Harriet, the Moses of Her People
Chapter 6
"Harriet was married somewhere about 1844, to a free colored man named John Tubman, but she had no children. For the last two years of slavery she lived with Dr. Thompson, before mentioned, her own master not being yet of age, and Dr. T.'s father being his guardian, as well as the owner of her own father. In 1849 the young man died, and the slaves were to be sold, though previously set free by an old will. Harriet resolved not to be sold, and so, with no knowledge of the North--having only heard of Pennsylvania and New Jersey--she walked away one night alone. She found a friend in a white lady, who knew her story and helped her on her way. After many adventures, she reached Philadelphia, where she found work and earned a small stock of money. With this money in her purse, she traveled back to Maryland for her husband, but she found him married to another woman, and no longer caring to live with her. This, however, was not until two years after her escape, for she does not seem to have reached her old home in the first two expeditions. In December, 1850, she had visited Baltimore and brought away her sister and two children, who had come up from Cambridge in a boat, under charge of her sister's husband, a free black. A few months after she had brought away her brother and two other men, but it was not till the fall of 1851, that she found her husband and learned of his infidelity. She did not give way to rage or grief, but collected a party of fugitives and brought them safely to Philadelphia. In December of the same year, she returned, and led out a party of eleven, among them her brother and his wife. With these she journeyed to Canada, and there spent the winter, for this was after the enforcement of Mason's Fugitive Slave Bill in Philadelphia and Boston, and there was no safety except 'under the paw of the British Lion,' as she quaintly said. But the first winter was terribly severe for these poor runaways. They earned their bread by chopping wood in the snows of a Canadian forest; they were frost-bitten, hungry, and naked. Harriet was their good angel. She kept house for her brother, and the poor creatures boarded with her. She worked for them, begged for them, prayed for them, with the strange familiarity of communion with God which seems natural to these people, and carried them by the help of God through the hard winter.
"In the spring she returned to the States, and as usual earned money by working in hotels and families as a cook.
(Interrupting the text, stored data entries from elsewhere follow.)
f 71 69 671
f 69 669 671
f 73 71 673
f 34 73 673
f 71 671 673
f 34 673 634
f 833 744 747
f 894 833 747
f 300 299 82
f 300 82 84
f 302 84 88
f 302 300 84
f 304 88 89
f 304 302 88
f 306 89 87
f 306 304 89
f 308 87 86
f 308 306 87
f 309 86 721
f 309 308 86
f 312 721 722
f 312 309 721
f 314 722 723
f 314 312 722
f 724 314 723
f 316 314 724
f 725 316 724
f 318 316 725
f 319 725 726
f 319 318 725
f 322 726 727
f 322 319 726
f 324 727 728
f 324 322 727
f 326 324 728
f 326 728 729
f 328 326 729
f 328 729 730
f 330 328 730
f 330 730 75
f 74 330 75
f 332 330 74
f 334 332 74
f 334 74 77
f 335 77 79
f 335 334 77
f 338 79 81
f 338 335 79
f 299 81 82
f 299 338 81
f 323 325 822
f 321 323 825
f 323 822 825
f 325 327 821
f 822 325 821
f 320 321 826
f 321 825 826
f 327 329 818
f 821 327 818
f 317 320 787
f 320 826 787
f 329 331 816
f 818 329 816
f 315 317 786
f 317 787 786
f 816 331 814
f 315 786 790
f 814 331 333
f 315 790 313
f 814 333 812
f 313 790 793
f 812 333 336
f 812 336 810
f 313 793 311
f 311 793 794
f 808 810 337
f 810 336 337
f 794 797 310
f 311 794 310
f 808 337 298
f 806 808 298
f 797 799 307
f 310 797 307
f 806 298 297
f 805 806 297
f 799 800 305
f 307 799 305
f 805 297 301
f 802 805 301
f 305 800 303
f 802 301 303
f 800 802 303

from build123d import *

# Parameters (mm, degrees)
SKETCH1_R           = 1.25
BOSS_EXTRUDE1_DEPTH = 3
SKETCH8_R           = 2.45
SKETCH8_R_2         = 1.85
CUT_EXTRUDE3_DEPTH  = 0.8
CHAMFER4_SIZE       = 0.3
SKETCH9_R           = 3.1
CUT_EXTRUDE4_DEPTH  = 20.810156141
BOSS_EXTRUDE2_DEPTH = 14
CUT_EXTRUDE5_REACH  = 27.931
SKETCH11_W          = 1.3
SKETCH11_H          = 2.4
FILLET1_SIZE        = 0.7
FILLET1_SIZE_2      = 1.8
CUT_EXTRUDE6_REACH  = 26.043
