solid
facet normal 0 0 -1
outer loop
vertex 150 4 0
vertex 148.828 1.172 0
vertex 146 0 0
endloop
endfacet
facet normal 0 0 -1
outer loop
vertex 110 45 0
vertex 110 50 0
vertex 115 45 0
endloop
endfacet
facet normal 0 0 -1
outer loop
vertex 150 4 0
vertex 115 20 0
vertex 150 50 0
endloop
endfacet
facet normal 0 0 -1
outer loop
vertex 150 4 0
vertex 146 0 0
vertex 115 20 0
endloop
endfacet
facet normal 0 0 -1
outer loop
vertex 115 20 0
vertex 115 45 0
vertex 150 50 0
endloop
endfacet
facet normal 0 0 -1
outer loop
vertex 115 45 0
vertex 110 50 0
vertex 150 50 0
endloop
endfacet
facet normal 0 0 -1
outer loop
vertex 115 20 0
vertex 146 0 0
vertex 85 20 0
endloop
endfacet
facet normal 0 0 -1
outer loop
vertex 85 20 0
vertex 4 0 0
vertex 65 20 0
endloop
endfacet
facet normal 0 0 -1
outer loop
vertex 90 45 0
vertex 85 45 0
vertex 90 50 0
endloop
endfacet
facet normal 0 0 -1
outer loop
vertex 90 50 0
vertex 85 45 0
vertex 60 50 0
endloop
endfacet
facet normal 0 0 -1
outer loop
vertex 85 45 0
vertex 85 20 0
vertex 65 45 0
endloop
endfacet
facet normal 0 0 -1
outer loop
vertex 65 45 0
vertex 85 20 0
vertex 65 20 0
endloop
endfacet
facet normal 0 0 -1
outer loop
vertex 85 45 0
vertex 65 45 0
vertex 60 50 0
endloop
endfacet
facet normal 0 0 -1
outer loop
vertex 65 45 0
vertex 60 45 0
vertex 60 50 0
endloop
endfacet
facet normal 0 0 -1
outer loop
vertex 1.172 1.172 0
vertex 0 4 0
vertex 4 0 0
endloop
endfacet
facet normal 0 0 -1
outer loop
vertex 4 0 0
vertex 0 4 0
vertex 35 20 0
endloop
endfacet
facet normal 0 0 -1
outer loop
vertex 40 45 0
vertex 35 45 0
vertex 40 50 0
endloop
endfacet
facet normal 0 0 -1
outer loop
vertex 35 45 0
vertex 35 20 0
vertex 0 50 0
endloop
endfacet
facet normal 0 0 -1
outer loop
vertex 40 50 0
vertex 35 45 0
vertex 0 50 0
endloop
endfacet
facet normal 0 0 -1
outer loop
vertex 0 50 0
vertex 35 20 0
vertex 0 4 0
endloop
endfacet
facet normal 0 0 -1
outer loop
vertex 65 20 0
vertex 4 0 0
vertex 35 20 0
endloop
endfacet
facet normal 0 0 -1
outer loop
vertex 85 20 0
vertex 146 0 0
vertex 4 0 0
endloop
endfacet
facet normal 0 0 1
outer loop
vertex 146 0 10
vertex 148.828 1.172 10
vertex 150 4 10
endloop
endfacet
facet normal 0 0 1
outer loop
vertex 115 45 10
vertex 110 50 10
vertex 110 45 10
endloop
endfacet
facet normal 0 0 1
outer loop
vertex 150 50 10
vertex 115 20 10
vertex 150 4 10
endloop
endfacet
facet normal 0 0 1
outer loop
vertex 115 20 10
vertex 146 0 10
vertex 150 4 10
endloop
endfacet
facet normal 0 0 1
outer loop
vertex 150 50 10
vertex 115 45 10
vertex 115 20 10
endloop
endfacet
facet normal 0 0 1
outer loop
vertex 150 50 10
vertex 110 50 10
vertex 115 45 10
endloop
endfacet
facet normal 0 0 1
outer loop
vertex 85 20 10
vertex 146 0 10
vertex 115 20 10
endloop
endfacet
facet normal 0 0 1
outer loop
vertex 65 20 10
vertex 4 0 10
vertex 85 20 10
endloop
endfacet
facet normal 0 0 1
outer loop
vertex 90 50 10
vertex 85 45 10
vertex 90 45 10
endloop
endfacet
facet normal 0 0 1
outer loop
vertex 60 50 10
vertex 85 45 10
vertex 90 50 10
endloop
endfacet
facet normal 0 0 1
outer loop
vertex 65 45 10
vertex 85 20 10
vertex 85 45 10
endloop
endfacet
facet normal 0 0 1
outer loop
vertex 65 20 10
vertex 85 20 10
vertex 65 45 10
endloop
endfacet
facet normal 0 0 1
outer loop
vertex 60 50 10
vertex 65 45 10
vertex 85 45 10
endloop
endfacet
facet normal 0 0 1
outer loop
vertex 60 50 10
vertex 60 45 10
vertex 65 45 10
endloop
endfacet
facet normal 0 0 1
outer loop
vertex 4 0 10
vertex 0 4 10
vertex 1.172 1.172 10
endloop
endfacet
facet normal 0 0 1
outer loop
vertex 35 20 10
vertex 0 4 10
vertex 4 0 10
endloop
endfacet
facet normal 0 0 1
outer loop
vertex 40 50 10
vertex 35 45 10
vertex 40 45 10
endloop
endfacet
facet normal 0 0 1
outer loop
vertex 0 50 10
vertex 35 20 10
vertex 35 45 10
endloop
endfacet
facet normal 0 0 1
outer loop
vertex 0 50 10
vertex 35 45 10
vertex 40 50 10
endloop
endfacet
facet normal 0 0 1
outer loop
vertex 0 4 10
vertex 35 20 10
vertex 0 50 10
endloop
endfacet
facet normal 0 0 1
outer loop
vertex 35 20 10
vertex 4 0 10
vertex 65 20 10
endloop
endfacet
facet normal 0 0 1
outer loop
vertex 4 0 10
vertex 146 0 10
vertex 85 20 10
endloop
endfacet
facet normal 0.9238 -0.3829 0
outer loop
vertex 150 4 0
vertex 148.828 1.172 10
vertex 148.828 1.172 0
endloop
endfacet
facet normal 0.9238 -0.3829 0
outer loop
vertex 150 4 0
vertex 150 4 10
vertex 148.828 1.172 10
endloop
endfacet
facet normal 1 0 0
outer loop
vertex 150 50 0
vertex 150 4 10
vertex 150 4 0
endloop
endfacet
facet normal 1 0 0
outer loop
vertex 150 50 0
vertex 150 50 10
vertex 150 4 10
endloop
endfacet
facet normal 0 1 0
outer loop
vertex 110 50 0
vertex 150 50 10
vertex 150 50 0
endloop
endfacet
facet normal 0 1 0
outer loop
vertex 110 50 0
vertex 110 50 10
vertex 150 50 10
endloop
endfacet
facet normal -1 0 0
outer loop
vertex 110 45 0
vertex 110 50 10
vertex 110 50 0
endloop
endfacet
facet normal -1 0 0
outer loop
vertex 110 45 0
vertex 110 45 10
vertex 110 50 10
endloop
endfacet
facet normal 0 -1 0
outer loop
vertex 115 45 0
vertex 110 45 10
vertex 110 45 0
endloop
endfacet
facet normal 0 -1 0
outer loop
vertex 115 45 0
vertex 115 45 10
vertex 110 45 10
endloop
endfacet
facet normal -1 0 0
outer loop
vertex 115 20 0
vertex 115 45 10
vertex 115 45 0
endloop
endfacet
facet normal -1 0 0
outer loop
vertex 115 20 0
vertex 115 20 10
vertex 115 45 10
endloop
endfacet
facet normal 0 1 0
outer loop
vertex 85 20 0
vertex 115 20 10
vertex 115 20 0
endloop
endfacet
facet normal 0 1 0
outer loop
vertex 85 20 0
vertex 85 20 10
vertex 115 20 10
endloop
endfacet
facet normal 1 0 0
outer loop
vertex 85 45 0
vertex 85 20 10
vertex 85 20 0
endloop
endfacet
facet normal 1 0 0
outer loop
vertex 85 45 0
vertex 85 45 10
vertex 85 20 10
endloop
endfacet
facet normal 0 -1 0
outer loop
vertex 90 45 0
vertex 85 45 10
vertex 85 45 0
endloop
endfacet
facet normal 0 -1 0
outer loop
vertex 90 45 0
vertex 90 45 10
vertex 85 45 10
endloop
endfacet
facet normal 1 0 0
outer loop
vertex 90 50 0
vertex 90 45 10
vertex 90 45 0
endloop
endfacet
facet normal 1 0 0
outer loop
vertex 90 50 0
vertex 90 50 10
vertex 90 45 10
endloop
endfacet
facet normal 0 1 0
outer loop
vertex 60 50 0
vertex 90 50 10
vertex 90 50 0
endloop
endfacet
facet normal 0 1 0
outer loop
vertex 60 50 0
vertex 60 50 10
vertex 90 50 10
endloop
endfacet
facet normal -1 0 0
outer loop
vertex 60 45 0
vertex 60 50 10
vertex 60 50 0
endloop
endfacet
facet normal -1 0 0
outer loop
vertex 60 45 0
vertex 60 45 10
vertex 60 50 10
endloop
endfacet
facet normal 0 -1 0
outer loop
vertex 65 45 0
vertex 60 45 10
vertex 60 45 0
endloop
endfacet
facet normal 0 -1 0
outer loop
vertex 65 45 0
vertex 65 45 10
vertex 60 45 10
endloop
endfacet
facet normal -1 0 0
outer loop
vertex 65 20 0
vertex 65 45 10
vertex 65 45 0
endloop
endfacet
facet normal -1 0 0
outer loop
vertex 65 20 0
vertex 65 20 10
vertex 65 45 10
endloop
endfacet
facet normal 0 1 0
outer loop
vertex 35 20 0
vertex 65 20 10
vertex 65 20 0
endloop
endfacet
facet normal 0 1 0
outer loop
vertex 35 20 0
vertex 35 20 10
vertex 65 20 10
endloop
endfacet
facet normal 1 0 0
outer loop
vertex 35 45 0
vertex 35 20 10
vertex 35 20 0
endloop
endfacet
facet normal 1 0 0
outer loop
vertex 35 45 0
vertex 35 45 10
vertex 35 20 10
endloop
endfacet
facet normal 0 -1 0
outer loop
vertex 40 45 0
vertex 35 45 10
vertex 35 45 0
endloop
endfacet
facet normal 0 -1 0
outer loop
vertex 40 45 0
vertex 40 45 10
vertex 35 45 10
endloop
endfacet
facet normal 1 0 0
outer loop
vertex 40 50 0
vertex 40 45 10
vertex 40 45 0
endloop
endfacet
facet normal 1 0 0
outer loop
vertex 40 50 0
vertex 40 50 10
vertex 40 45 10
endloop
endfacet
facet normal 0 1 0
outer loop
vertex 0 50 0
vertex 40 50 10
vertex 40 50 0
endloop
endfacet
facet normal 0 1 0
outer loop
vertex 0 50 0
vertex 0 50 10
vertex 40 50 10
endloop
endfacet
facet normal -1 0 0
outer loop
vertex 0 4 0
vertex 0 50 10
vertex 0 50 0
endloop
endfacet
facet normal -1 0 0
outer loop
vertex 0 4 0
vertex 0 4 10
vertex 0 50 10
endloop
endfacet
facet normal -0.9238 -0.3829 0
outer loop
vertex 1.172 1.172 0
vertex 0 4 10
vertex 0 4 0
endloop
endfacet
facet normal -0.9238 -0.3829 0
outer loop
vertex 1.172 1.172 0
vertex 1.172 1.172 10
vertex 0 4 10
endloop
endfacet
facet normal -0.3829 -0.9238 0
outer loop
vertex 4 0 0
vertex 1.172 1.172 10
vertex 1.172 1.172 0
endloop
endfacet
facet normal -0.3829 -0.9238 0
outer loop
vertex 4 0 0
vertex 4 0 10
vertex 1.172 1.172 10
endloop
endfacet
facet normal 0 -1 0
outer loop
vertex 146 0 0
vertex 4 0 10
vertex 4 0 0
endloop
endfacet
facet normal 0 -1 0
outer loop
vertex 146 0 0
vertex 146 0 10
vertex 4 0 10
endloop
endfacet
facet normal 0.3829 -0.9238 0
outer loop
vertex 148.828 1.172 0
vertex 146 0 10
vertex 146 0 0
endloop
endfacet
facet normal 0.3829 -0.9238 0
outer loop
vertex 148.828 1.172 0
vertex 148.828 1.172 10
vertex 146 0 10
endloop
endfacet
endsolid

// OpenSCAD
$fn = 32;

// ----------------------------------------------------------------------
// Oversize slot bar: 150 mm bar with 2 oversize windows
// ----------------------------------------------------------------------

// --- parameters (mm) ---
profile_height = 10;      // extrusion height
profile_points = 24;      // points of the closed outline

profile = [[0, 4], [1.172, 1.172], [4, 0], [146, 0], [148.828, 1.172], [150, 4], [150, 50], [110, 50], [110, 45], [115, 45], [115, 20], [85, 20], [85, 45], [90, 45], [90, 50], [60, 50], [60, 45], [65, 45], [65, 20], [35, 20], [35, 45], [40, 45], [40, 50], [0, 50]];  // single closed polygon, 24 points, counter clockwise

// --- the one profile operation ---
linear_extrude(height = profile_height) polygon(points = profile);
From Cape May, in the fall of 1852, she went back once more to Maryland, and brought away nine more fugitives.
"Up to this time she had expended chiefly her own money in these expeditions--money which she had earned by hard work in the drudgery of the kitchen. Never did any one more exactly fulfill the sense of George Herbert--
"'A servant with this clause Makes drudgery divine.'
"But it was not possible for such virtues long to remain hidden from the keen eyes of the Abolitionists. She became known to Thomas Garrett, the large-hearted Quaker of Wilmington, who has aided the escape of three thousand fugitives; she found warm friends in Philadelphia and New York, and wherever she went. These gave her money, which he never spent for her own use, but laid up for the help of her people, and especially for her journeys back to the 'land of Egypt,' as she called her old home. By reason of her frequent visits there, always carrying away some of the oppressed, she got among her people the name of 'Moses,' which it seems she still retains.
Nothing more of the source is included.